* [Aim of the exercise] Return verbatim every line from the first line of the data below to the line that contains "#23=FACE_BOUND('',#22,.T.);", inclusive, and no further.

Data excerpts:
★ ★ ★ ★ ★ ★ ★

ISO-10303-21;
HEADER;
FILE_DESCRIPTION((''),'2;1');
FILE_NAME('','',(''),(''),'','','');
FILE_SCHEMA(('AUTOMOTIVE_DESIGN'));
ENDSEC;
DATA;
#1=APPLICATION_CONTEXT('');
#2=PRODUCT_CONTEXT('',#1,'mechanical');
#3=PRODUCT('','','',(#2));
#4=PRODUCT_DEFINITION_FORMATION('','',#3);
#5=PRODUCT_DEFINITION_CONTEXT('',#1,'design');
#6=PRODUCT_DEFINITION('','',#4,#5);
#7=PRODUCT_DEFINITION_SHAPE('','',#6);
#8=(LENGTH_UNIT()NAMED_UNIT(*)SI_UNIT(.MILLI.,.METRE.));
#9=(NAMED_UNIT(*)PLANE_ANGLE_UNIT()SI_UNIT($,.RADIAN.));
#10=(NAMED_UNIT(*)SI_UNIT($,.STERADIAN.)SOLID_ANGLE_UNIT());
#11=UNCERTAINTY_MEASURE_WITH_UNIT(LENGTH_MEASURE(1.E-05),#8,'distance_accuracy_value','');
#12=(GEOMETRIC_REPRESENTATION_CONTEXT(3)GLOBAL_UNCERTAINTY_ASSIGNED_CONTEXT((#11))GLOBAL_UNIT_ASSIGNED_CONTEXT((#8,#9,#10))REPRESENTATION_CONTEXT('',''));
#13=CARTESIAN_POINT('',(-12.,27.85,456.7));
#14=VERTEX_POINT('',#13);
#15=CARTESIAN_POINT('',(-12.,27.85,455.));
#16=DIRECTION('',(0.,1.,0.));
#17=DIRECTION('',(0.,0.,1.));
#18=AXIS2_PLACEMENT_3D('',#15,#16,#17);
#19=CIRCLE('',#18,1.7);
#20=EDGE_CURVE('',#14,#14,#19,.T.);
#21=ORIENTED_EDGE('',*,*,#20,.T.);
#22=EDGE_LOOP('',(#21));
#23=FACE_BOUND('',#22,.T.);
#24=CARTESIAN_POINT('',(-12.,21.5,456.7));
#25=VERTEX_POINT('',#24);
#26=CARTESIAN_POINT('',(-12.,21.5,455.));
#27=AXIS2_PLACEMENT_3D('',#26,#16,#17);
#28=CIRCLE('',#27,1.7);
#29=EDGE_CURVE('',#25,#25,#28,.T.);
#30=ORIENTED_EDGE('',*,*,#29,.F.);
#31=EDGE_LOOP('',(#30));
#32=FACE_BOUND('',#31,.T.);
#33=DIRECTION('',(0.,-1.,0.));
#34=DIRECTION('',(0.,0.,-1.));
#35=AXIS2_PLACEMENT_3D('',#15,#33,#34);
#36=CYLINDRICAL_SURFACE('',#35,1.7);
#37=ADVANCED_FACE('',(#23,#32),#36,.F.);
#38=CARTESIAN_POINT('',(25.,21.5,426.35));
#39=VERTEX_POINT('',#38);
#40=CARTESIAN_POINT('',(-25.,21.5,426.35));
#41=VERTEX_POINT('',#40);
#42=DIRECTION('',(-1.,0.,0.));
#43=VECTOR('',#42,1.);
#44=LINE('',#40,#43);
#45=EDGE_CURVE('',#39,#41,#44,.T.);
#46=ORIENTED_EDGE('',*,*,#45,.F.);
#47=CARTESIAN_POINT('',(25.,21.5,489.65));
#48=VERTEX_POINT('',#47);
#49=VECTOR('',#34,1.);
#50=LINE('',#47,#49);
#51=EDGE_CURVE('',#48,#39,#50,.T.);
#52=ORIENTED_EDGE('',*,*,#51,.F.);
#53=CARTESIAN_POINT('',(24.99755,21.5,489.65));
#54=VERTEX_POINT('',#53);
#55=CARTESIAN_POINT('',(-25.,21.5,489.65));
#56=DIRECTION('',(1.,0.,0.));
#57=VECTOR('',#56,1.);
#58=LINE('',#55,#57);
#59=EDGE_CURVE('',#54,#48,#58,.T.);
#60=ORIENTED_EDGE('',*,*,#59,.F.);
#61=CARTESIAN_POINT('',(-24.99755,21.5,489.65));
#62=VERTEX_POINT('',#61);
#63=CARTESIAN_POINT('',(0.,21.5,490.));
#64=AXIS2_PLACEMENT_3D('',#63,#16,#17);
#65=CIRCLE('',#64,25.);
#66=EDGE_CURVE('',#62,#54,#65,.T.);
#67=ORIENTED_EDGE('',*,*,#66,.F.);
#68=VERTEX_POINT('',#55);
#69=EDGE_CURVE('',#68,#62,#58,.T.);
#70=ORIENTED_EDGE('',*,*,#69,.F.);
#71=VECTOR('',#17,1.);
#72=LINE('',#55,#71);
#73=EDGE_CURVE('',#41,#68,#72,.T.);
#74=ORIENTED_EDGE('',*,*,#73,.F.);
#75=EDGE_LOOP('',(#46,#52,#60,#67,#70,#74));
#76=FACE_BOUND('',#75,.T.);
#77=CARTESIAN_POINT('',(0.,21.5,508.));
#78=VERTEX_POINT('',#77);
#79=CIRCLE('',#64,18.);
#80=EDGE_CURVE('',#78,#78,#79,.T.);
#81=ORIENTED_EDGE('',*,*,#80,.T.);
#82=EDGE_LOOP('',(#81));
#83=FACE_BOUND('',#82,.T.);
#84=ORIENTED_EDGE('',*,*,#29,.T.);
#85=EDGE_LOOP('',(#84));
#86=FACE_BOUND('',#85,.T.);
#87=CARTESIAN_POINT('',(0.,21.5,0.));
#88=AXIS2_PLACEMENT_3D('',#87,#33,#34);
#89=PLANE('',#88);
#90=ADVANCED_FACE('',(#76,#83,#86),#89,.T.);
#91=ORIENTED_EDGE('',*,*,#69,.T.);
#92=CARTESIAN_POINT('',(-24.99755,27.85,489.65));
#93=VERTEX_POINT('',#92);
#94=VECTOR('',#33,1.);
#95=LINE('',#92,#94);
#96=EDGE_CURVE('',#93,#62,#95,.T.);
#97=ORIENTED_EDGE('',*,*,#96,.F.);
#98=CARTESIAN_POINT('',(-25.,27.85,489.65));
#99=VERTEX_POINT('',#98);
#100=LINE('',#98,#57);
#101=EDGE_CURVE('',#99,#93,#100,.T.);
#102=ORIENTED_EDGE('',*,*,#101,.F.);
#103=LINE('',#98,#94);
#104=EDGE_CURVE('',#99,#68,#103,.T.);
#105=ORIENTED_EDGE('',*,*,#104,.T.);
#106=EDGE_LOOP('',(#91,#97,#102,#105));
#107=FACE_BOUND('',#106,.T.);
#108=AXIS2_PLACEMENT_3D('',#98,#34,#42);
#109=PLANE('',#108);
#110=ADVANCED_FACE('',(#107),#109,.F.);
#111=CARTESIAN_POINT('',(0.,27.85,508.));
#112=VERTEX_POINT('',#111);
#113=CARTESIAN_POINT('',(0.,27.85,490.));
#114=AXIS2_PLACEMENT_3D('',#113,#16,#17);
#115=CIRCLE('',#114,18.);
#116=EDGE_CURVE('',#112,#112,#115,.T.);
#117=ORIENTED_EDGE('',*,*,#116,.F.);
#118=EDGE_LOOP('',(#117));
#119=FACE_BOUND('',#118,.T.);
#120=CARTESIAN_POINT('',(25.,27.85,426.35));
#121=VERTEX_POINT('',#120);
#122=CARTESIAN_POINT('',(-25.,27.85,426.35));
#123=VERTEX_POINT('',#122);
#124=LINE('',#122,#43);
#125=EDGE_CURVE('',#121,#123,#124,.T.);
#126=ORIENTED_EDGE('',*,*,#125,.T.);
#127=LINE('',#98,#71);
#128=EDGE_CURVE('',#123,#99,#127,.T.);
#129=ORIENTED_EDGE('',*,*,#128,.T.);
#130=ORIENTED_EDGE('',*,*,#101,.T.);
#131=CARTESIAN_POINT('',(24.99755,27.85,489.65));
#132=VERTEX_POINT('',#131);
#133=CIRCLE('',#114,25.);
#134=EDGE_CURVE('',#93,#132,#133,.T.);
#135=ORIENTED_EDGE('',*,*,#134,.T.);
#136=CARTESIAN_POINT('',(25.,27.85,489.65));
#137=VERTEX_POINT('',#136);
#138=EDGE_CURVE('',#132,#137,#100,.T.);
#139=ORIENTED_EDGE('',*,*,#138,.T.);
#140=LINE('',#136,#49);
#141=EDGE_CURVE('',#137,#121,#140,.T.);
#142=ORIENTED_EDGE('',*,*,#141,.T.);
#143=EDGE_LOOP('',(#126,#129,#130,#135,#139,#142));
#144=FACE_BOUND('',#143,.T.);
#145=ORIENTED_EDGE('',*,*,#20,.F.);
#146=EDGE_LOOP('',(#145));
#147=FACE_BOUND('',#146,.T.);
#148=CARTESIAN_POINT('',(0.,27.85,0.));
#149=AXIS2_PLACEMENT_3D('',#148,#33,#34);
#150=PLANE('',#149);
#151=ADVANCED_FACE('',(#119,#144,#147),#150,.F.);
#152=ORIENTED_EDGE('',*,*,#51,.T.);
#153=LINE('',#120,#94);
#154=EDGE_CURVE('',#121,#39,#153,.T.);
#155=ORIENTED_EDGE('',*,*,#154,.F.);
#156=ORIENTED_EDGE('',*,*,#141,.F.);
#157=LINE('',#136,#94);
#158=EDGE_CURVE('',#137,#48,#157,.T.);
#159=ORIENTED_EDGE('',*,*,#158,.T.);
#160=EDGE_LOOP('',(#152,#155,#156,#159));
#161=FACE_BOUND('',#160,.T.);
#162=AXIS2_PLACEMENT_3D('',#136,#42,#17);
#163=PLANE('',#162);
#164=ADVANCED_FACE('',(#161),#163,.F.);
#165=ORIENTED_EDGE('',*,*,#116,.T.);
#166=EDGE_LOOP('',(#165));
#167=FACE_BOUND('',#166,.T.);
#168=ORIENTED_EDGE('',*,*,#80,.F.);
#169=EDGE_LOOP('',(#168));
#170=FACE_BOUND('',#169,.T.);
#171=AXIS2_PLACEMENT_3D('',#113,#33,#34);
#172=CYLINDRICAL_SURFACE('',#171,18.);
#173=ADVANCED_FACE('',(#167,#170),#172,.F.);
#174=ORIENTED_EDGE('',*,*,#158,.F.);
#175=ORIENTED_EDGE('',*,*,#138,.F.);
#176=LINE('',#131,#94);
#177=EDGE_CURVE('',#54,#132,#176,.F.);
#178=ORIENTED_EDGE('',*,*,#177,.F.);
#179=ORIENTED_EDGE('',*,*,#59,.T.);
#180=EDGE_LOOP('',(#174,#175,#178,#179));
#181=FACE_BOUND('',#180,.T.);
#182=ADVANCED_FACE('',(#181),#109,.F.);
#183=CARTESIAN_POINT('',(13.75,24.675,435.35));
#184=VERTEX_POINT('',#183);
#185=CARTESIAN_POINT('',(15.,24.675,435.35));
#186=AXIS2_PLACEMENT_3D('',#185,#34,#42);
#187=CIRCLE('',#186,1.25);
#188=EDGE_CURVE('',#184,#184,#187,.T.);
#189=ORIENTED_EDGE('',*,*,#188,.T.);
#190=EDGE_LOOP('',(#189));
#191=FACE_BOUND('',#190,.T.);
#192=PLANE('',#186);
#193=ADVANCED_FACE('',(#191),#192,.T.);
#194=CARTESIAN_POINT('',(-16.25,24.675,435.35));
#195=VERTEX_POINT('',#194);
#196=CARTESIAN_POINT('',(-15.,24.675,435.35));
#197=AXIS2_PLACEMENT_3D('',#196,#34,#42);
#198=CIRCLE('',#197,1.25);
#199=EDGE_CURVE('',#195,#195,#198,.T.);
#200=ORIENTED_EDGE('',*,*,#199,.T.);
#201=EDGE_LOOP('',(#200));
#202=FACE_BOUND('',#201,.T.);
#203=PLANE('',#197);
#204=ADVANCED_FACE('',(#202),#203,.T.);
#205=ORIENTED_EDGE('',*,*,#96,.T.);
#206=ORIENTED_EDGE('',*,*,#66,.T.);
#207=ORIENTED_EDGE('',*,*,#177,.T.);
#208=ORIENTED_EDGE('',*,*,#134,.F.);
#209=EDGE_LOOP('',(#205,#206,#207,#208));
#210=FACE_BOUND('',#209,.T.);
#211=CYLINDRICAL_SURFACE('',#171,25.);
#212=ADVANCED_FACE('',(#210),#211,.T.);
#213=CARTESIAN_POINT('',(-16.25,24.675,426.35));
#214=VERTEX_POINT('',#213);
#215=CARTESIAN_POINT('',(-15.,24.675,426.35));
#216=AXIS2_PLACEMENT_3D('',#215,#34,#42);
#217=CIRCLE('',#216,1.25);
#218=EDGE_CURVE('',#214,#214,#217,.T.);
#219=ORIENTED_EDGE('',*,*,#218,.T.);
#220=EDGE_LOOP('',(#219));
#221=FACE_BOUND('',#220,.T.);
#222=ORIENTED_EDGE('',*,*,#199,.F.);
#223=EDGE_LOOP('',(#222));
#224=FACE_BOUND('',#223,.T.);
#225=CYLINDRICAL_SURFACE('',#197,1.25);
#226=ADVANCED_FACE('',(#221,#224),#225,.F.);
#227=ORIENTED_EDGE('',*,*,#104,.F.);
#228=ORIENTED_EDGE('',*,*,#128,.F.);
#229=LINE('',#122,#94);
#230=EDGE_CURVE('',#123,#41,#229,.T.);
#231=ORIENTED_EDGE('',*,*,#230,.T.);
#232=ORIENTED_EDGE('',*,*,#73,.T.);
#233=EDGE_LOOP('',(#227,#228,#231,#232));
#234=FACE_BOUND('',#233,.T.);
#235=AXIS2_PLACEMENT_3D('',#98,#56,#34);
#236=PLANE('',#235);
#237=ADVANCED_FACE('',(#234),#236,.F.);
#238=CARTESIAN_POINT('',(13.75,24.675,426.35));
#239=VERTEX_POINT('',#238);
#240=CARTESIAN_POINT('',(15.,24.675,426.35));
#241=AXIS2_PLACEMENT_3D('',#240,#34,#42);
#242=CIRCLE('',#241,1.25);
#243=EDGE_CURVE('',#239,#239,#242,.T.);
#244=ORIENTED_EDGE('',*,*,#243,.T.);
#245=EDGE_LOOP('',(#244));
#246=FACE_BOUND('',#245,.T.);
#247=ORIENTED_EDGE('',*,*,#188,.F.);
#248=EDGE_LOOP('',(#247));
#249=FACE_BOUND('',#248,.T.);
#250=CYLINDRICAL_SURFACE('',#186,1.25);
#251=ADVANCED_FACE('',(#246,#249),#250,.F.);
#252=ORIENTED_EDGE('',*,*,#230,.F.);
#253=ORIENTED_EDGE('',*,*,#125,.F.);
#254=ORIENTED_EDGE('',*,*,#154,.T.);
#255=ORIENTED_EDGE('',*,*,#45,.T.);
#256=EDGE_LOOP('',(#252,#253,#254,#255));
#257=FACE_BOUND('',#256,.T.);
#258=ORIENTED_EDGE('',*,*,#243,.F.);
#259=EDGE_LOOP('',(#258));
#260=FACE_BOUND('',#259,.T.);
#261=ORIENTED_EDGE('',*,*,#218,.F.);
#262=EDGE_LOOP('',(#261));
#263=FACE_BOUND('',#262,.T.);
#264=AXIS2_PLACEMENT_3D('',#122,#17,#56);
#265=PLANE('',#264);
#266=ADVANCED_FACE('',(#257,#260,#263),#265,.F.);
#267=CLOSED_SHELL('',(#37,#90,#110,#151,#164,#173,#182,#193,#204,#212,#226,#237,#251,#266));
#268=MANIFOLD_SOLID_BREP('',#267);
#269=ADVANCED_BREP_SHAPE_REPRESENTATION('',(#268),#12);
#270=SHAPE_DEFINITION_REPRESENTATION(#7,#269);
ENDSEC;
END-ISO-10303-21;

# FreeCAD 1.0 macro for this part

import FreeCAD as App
import Part
import Sketcher

V = App.Vector


def add_polygon(sketch, points):
    """Adds a closed chain of lines whose ends are joined by coincident constraints."""
    first, n = sketch.GeometryCount, len(points)
    for a, b in zip(points, points[1:] + points[:1]):
        sketch.addGeometry(Part.LineSegment(App.Vector(*a, 0), App.Vector(*b, 0)), False)
    for i in range(n):
        sketch.addConstraint(Sketcher.Constraint("Coincident", first + i, 2, first + (i + 1) % n, 1))

doc = App.newDocument("Part")
body = doc.addObject("PartDesign::Body", "Body")

sketch1 = body.newObject("Sketcher::SketchObject", "Sketch")
sketch1.AttachmentSupport = (doc.getObject("XZ_Plane"), [""])
sketch1.MapMode = "FlatFace"
sketch1.AttachmentOffset = App.Placement(V(0, 0, -21.5), App.Rotation())
add_polygon(sketch1, [(-25, 426.35), (-25, 489.65), (25, 489.65), (25, 426.35)])
sketch1.addConstraint([
    Sketcher.Constraint("Vertical", 0),
    Sketcher.Constraint("Horizontal", 1),
    Sketcher.Constraint("Vertical", 2),
    Sketcher.Constraint("Horizontal", 3),
    Sketcher.Constraint("DistanceX", 1, 1, 1, 2, 50.0),
    Sketcher.Constraint("DistanceY", 0, 1, 0, 2, 63.3),
    Sketcher.Constraint("DistanceX", 0, 2, -1, 1, 25.0),
    Sketcher.Constraint("DistanceY", -1, 1, 0, 2, 489.65),
])
pad1 = body.newObject("PartDesign::Pad", "Pad")
pad1.Profile = sketch1
pad1.Length = 6.35
pad1.Reversed = True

★ ★ ★ ★ ★ ★ ★

* [Solution to the exercise]
ISO-10303-21;
HEADER;
FILE_DESCRIPTION((''),'2;1');
FILE_NAME('','',(''),(''),'','','');
FILE_SCHEMA(('AUTOMOTIVE_DESIGN'));
ENDSEC;
DATA;
#1=APPLICATION_CONTEXT('');
#2=PRODUCT_CONTEXT('',#1,'mechanical');
#3=PRODUCT('','','',(#2));
#4=PRODUCT_DEFINITION_FORMATION('','',#3);
#5=PRODUCT_DEFINITION_CONTEXT('',#1,'design');
#6=PRODUCT_DEFINITION('','',#4,#5);
#7=PRODUCT_DEFINITION_SHAPE('','',#6);
#8=(LENGTH_UNIT()NAMED_UNIT(*)SI_UNIT(.MILLI.,.METRE.));
#9=(NAMED_UNIT(*)PLANE_ANGLE_UNIT()SI_UNIT($,.RADIAN.));
#10=(NAMED_UNIT(*)SI_UNIT($,.STERADIAN.)SOLID_ANGLE_UNIT());
#11=UNCERTAINTY_MEASURE_WITH_UNIT(LENGTH_MEASURE(1.E-05),#8,'distance_accuracy_value','');
#12=(GEOMETRIC_REPRESENTATION_CONTEXT(3)GLOBAL_UNCERTAINTY_ASSIGNED_CONTEXT((#11))GLOBAL_UNIT_ASSIGNED_CONTEXT((#8,#9,#10))REPRESENTATION_CONTEXT('',''));
#13=CARTESIAN_POINT('',(-12.,27.85,456.7));
#14=VERTEX_POINT('',#13);
#15=CARTESIAN_POINT('',(-12.,27.85,455.));
#16=DIRECTION('',(0.,1.,0.));
#17=DIRECTION('',(0.,0.,1.));
#18=AXIS2_PLACEMENT_3D('',#15,#16,#17);
#19=CIRCLE('',#18,1.7);
#20=EDGE_CURVE('',#14,#14,#19,.T.);
#21=ORIENTED_EDGE('',*,*,#20,.T.);
#22=EDGE_LOOP('',(#21));
#23=FACE_BOUND('',#22,.T.);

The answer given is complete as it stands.